Как сладко представлять, что тебя больше нет! Как безмятежны кладбища! Там, окутанные саваном, с руками, скрещенными на груди, лежат мертвые. Столетия проходят, тревожа их не более чем ветер, пробежавший по траве. Как часто мой взгляд был прикован к каменным статуям, простертым на надгробиях в приделах соборов! Их покой так глубок, что нет ничего на этом свете, подобного ему, в их улыбке могильный холод, они словно спят и наслаждаются смертью. Не надо больше плакать от безысходного бессилия, когда вокруг все рушится, как гнилые леса. Там счастье, превосходящее счастье жизни, радость без завтрашнего дня, грезы без пробуждения. А после, быть может, по ту сторону звезд, им откроется мир иной, прекраснейший, жизнь светлая и благоуханная. Возможно, в ней будет что- то от аромата роз и свежести лугов. О нет! Лучше думать, что мертвые мертвы навечно, за гробом пустота, а если остается еще какое-либо чувство, то нужно оно для того, чтоб ощутить собственное небытие, чтобы смерть любовалась и восхищалась собою. Там жизни ровно столько, чтобы можно было знать — тебя больше нет.

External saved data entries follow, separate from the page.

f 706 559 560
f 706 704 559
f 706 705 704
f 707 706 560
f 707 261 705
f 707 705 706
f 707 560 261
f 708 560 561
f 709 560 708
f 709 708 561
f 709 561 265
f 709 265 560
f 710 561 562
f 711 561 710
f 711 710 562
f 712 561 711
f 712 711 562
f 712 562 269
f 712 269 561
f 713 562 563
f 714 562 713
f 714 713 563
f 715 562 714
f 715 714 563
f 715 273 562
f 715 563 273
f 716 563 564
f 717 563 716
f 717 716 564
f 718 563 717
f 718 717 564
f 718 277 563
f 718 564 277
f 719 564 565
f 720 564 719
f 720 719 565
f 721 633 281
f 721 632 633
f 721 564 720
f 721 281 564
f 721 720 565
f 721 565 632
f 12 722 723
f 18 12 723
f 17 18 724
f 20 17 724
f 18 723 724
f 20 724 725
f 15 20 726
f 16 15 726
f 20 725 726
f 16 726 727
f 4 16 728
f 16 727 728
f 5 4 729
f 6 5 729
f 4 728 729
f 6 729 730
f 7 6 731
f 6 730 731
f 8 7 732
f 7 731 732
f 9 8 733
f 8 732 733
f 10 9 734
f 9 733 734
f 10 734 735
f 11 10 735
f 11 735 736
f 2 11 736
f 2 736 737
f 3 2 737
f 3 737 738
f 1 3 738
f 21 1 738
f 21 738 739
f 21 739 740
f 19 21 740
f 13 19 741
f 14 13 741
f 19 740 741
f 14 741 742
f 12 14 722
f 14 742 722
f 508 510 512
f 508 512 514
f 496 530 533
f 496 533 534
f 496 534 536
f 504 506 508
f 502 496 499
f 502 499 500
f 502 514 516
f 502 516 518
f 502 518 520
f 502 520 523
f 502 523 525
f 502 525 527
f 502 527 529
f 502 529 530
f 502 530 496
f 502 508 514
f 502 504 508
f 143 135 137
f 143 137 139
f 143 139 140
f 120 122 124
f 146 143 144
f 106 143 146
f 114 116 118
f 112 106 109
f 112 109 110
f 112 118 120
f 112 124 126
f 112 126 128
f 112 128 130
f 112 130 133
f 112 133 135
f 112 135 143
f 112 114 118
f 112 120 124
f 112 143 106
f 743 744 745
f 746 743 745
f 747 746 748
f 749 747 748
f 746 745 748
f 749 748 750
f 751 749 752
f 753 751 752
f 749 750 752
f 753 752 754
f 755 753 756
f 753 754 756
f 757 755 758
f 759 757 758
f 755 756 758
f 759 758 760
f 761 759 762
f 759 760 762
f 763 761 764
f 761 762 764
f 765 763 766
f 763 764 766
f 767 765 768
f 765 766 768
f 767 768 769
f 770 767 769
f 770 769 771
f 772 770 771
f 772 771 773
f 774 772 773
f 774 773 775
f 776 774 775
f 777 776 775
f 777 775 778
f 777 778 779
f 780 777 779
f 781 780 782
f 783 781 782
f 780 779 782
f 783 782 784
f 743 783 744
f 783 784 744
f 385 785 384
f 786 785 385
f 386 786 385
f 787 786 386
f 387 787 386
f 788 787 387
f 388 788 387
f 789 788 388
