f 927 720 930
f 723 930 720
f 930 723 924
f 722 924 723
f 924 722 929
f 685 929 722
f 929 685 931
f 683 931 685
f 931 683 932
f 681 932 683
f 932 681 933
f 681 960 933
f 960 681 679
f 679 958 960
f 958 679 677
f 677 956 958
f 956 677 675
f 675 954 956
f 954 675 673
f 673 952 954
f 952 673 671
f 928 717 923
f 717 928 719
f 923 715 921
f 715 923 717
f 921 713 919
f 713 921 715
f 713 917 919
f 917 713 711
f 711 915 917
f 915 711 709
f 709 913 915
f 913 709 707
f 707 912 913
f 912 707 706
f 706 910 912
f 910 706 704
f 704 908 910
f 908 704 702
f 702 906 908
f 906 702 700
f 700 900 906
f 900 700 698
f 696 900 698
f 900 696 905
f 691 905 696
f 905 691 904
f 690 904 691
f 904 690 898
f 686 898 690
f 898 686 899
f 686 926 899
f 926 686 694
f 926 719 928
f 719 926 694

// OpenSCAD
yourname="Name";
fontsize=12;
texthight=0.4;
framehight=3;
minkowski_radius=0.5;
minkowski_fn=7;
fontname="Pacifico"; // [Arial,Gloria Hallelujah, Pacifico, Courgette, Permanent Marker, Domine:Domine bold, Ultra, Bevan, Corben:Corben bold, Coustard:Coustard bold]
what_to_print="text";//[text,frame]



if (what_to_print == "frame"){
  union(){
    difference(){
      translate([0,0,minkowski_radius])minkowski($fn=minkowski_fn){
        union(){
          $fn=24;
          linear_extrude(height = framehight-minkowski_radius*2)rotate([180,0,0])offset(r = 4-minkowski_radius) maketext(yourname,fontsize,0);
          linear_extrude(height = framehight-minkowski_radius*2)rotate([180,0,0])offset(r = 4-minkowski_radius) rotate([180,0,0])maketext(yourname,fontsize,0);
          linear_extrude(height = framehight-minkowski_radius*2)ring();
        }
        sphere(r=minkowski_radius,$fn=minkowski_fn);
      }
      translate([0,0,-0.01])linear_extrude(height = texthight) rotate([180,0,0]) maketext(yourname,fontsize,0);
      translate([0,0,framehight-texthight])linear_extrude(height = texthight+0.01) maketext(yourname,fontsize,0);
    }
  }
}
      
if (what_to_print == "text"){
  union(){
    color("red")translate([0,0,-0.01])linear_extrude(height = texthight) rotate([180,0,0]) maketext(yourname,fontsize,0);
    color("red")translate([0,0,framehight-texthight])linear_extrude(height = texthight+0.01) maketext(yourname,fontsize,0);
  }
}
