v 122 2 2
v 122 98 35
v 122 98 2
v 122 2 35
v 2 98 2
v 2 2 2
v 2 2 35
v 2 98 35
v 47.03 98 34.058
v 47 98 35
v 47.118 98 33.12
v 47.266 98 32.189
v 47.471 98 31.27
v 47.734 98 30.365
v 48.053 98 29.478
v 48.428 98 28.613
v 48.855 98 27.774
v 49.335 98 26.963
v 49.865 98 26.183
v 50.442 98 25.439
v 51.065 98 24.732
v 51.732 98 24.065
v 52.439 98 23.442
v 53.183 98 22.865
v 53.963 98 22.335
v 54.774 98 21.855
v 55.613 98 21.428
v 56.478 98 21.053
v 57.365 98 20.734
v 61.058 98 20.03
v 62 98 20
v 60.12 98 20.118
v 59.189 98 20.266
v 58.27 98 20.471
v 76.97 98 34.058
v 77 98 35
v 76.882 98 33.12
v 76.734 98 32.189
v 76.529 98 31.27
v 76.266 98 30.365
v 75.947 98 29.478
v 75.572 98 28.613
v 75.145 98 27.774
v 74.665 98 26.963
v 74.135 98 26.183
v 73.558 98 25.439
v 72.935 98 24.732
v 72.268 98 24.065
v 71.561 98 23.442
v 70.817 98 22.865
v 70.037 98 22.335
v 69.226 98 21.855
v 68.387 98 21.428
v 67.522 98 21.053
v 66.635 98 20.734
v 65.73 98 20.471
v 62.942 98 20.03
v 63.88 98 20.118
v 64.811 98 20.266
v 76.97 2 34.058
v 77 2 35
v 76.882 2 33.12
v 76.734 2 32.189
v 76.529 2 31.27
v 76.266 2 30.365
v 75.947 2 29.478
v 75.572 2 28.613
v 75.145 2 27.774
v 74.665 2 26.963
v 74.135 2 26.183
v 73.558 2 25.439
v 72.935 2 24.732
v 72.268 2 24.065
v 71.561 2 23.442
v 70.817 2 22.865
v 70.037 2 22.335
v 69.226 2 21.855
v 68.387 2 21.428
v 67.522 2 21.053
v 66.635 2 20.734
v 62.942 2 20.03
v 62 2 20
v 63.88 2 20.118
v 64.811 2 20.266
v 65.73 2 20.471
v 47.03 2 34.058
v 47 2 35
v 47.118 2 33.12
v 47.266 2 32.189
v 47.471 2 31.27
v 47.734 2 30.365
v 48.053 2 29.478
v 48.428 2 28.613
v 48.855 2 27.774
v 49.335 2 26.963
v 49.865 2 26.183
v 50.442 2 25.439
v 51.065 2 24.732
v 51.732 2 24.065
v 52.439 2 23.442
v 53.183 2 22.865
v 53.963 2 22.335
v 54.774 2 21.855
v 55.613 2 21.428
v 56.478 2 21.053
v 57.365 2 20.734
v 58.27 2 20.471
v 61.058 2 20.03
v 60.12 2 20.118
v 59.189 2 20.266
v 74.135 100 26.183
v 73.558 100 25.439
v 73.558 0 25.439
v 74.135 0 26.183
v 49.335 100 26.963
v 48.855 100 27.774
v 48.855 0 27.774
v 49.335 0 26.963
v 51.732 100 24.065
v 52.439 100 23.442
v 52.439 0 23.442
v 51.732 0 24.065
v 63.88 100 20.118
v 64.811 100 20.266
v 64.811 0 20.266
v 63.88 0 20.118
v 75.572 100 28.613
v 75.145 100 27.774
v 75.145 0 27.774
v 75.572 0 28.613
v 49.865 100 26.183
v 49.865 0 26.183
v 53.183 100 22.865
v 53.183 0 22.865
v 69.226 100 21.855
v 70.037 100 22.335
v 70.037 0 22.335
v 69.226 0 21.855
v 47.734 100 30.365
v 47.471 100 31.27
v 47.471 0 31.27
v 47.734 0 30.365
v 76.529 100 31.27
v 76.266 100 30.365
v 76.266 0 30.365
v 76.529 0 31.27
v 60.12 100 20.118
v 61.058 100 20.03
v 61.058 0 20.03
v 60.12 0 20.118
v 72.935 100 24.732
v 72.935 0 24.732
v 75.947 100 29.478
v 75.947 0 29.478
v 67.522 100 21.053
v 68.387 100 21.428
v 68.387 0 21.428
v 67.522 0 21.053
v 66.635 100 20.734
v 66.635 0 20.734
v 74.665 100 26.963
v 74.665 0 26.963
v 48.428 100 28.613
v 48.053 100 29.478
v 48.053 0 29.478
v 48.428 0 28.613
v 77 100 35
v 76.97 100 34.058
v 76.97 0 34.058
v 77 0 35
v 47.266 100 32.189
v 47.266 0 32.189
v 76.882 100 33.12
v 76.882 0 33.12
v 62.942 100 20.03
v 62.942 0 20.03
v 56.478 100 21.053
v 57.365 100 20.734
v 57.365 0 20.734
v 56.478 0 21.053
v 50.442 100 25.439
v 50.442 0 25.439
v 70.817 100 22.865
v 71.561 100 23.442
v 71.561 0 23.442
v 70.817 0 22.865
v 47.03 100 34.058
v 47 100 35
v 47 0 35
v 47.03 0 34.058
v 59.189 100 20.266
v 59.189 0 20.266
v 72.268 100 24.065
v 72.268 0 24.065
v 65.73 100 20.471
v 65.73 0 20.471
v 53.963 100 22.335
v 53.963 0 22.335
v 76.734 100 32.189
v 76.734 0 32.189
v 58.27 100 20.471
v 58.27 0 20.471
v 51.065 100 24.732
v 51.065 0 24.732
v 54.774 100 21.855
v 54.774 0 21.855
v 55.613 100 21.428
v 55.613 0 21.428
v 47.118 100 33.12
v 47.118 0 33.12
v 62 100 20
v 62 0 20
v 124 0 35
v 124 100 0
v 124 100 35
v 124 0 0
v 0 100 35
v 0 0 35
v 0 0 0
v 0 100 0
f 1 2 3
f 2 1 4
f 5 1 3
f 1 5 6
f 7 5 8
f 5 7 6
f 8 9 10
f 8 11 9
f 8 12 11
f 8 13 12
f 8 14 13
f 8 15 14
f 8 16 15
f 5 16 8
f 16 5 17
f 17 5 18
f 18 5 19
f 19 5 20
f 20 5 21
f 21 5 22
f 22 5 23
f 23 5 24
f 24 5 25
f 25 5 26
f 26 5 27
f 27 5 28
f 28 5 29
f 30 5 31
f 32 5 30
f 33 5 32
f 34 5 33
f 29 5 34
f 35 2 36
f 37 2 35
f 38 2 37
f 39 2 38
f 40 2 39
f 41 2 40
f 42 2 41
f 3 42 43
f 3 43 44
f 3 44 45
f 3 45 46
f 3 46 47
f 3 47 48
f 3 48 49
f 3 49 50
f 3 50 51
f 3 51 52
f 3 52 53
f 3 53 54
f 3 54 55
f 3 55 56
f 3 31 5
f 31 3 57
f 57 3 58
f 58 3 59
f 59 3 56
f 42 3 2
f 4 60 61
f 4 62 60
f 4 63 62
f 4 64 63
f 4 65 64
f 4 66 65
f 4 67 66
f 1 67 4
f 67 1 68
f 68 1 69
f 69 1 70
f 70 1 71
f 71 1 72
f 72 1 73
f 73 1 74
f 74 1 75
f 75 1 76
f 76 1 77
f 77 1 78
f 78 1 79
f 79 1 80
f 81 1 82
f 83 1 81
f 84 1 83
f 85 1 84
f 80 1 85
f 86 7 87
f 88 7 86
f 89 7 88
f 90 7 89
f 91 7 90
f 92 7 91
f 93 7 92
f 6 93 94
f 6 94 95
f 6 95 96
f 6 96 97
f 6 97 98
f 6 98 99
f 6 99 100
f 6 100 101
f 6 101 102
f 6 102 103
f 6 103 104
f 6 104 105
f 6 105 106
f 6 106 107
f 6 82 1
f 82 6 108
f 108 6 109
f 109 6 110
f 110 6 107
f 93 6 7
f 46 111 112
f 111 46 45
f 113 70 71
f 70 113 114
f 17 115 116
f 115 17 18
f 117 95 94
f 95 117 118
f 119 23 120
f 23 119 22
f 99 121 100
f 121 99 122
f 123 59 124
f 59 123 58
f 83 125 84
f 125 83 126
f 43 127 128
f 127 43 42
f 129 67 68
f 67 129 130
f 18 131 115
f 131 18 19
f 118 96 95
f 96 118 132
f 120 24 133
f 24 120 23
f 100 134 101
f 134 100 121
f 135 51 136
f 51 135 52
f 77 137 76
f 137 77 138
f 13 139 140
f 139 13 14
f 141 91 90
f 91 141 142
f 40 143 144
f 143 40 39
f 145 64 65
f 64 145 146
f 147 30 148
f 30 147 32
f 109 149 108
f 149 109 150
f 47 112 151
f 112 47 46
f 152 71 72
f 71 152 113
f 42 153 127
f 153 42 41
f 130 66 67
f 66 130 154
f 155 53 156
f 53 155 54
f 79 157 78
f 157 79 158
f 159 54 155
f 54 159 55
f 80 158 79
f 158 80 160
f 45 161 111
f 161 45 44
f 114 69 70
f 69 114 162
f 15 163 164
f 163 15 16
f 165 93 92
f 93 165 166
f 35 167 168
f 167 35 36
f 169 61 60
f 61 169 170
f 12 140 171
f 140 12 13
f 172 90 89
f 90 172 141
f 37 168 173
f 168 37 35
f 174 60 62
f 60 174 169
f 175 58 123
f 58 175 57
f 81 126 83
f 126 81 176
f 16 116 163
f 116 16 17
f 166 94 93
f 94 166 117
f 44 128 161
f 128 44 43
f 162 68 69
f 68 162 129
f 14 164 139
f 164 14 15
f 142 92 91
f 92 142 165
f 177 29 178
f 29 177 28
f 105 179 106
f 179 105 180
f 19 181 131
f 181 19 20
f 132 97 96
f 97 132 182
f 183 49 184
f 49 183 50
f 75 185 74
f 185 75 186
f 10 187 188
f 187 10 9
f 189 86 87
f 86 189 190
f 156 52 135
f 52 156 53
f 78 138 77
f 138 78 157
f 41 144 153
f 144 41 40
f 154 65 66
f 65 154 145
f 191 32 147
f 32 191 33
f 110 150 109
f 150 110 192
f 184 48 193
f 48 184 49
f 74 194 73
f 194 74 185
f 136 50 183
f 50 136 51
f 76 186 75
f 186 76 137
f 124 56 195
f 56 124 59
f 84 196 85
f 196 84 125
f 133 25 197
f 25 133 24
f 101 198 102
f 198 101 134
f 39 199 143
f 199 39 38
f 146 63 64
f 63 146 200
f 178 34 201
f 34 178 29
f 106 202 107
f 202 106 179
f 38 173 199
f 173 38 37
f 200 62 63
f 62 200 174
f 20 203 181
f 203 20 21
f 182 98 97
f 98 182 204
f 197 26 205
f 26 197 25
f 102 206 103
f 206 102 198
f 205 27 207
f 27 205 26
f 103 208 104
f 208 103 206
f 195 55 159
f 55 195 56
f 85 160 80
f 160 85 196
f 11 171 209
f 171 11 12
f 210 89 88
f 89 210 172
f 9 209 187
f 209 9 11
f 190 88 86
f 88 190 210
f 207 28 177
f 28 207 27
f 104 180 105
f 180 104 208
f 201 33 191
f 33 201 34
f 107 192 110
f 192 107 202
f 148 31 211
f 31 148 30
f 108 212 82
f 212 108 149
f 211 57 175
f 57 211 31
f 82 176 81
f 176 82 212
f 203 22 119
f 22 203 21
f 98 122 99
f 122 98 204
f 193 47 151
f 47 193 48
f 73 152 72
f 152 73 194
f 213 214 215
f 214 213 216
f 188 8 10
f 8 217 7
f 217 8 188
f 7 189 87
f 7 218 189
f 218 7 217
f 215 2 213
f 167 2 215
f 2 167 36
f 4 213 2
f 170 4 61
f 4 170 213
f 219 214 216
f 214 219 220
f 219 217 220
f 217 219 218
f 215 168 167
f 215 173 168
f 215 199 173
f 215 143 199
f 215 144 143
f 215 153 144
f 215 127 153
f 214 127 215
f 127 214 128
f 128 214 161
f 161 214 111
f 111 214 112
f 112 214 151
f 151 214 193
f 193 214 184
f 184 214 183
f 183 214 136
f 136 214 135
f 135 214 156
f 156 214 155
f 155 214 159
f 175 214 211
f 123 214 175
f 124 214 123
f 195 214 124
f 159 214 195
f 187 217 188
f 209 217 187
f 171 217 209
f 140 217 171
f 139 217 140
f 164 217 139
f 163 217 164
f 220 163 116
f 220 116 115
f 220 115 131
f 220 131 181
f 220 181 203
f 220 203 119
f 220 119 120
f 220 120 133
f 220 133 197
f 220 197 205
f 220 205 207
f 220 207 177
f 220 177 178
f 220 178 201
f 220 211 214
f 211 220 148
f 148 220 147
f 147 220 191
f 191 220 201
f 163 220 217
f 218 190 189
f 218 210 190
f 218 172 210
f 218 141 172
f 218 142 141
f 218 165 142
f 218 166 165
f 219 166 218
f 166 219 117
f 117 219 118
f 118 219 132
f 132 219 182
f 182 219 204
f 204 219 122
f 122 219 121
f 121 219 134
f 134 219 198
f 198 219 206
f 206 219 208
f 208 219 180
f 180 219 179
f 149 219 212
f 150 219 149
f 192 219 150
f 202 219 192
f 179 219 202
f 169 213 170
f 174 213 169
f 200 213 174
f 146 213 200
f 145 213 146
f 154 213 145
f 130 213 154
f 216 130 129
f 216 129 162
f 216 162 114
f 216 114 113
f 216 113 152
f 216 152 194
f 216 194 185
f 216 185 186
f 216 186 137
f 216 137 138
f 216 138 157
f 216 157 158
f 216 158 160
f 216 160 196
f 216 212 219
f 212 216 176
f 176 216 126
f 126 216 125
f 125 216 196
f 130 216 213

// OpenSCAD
difference(){
	union(){ 

        translate([0,0,0]){
           cube([58+58+8,100,35], center=false);
        }
        

	}
	union() {
        translate([2,2,2]){
           cube([58+58+4,96,99], center=false);
        }
        translate([(58+58+8)/2,150,35]){
            rotate(a = [90,0,0]) {
                cylinder(h=200, r=15, $fn=100, center=false);
            }
        }        

	}
}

Я поднимался на башни, наклонившись над пропастью, вглядывался в нее до головокружения, с непреодолимым желанием броситься вниз, лететь, исчезнуть в воздухе. Я примерял к руке кинжал, прикладывал дуло пистолета ко лбу, приучая себя к холоду металла, к остроте лезвия. Иной раз я глядел, как поворачивают за угол ломовые телеги, как под тяжелыми широкими колесами крошится в пыль мостовая, и думал: вот так бы треснула и моя голова, а лошади бы не прибавили шага. Но я не хотел, чтобы меня зарыли, боялся гроба, пусть бы мое тело оставили в чаще леса, на ложе из облетевшей листвы, чтобы птицы и грозовые дожди помогли ему медленно исчезнуть.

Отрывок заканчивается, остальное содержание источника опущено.